From: David Woolley <david@djwhome.demon.co.uk>
Date: Fri, 17 Jan 2003 06:58:00 +0000 (GMT)
Message-Id: <200301170658.h0H6w0D03276@djwhome.demon.co.uk>
To: www-html@w3.org

> - "academic" and
> - "commercial" users.

I think the real split is between research and operational, on
one side, and marketing, on the other.  (Some of the other replies
point out the existence of the marketing side in the academic world -
and this is probably particularly true of the newer universities
in the UK, which are primarily businesses.)

However, particularly in the commercial world one has to account for
the fact that a large part of the intended content of a web page is often
not the overt content, but a subliminal message (in my view they often
have little useful overt content), and the over product is often not the
real product; the real product might be something more like the status
of a department manager (as user of high tech or as author of pages).
Status is often a particularly important part of the product when the
real product is not really new.

When looking at free commercial sites apparently offering information,
one has to realise that their real product is readers of advertisements,
not the information.

Again, particularly for the more visible parts of the web, machine
parsability of the information content is an undesirable feature, from
a marketing point of view, as it means that it is easy to strip out the
advertising, and the subliminal messages.
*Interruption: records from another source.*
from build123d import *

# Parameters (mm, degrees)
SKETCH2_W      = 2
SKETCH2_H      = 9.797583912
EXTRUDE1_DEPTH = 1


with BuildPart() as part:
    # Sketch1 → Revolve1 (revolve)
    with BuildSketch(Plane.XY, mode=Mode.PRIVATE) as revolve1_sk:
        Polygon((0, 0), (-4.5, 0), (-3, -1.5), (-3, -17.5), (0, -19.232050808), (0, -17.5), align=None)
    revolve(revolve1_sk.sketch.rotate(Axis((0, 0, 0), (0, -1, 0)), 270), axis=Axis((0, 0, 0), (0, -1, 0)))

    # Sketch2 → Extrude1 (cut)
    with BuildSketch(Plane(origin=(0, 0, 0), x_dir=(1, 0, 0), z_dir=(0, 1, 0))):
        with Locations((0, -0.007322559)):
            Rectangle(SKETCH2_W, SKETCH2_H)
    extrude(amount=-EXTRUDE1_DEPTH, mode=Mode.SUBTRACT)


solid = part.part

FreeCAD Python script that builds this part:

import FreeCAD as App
import Part
import Sketcher
from FreeCAD import Vector
Q = App.Units.Quantity

doc = App.newDocument("Part")
body = doc.addObject("PartDesign::Body", "Body")

sketch1 = body.newObject("Sketcher::SketchObject", "Sketch")
sketch1.AttachmentSupport = (doc.getObject("XY_Plane"), [""])
sketch1.MapMode = "FlatFace"
sketch1.addGeometry(Part.LineSegment(Vector(0, 0, 0), Vector(-4.5, 0, 0)), False)
sketch1.addGeometry(Part.LineSegment(Vector(-4.5, 0, 0), Vector(-3, -1.5, 0)), False)
sketch1.addGeometry(Part.LineSegment(Vector(-3, -1.5, 0), Vector(-3, -17.5, 0)), False)
sketch1.addGeometry(Part.LineSegment(Vector(-3, -17.5, 0), Vector(0, -19.232051, 0)), False)
sketch1.addGeometry(Part.LineSegment(Vector(0, -19.232051, 0), Vector(0, 0, 0)), False)
sketch1.addConstraint(Sketcher.Constraint("Coincident", 0, 2, 1, 1))
sketch1.addConstraint(Sketcher.Constraint("Coincident", 1, 2, 2, 1))
sketch1.addConstraint(Sketcher.Constraint("Coincident", 2, 2, 3, 1))
sketch1.addConstraint(Sketcher.Constraint("Coincident", 3, 2, 4, 1))
sketch1.addConstraint(Sketcher.Constraint("Coincident", 4, 2, 0, 1))
sketch1.addConstraint(Sketcher.Constraint("Horizontal", 0))
sketch1.addConstraint(Sketcher.Constraint("Vertical", 2))
sketch1.addConstraint(Sketcher.Constraint("Vertical", 4))
sketch1.addConstraint(Sketcher.Constraint("Coincident", 4, 2, -1, 1))
sketch1.addConstraint(Sketcher.Constraint("DistanceY", 2, 2, 2, 1, 16.0))
sketch1.addConstraint(Sketcher.Constraint("Angle", 1, Q("-45 deg")))
sketch1.addConstraint(Sketcher.Constraint("Angle", 3, Q("-30 deg")))
sketch1.addConstraint(Sketcher.Constraint("DistanceX", 0, 2, 0, 1, 4.5))
sketch1.addConstraint(Sketcher.Constraint("DistanceX", 1, 2, -1, 1, 3.0))
revolution = body.newObject("PartDesign::Revolution", "Revolution")
revolution.Profile = sketch1
revolution.ReferenceAxis = (sketch1, ["V_Axis"])
revolution.Angle = 360

sketch2 = body.newObject("Sketcher::SketchObject", "Sketch001")
sketch2.AttachmentSupport = (doc.getObject("XZ_Plane"), [""])
sketch2.MapMode = "FlatFace"
sketch2.addGeometry(Part.LineSegment(Vector(-1, -4.891469, 0), Vector(-1, 4.906115, 0)), False)
sketch2.addGeometry(Part.LineSegment(Vector(-1, 4.906115, 0), Vector(1, 4.906115, 0)), False)
sketch2.addGeometry(Part.LineSegment(Vector(1, 4.906115, 0), Vector(1, -4.891469, 0)), False)
sketch2.addGeometry(Part.LineSegment(Vector(1, -4.891469, 0), Vector(-1, -4.891469, 0)), False)
sketch2.addConstraint(Sketcher.Constraint("Coincident", 0, 2, 1, 1))
sketch2.addConstraint(Sketcher.Constraint("Coincident", 1, 2, 2, 1))
sketch2.addConstraint(Sketcher.Constraint("Coincident", 2, 2, 3, 1))
sketch2.addConstraint(Sketcher.Constraint("Coincident", 3, 2, 0, 1))
sketch2.addConstraint(Sketcher.Constraint("Vertical", 0))
sketch2.addConstraint(Sketcher.Constraint("Horizontal", 1))
sketch2.addConstraint(Sketcher.Constraint("Vertical", 2))
sketch2.addConstraint(Sketcher.Constraint("Horizontal", 3))
sketch2.addConstraint(Sketcher.Constraint("DistanceX", 1, 1, 1, 2, 2.0))
sketch2.addConstraint(Sketcher.Constraint("DistanceX", 0, 2, -1, 1, 1.0))
sketch2.addConstraint(Sketcher.Constraint("DistanceY", 0, 1, 0, 2, 9.797584))
sketch2.addConstraint(Sketcher.Constraint("DistanceY", 2, 2, -1, 1, 4.891469))
pocket1 = body.newObject("PartDesign::Pocket", "Pocket")
pocket1.Profile = sketch2
pocket1.Length = 1
pocket1.Reversed = True

doc.recompute()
I think you also missed out the thin client application programs that
basically use the web browser to avoid the need to install and maintain
individual programs on user machines, by dynamically loading them as 
scripting, etc.  These can vary across the functional versus marketing
driven spectrum (and the in the latter case, they aim is often to make
them behave like a locally installed Windows application would behave).
I'd say that was another specialisation.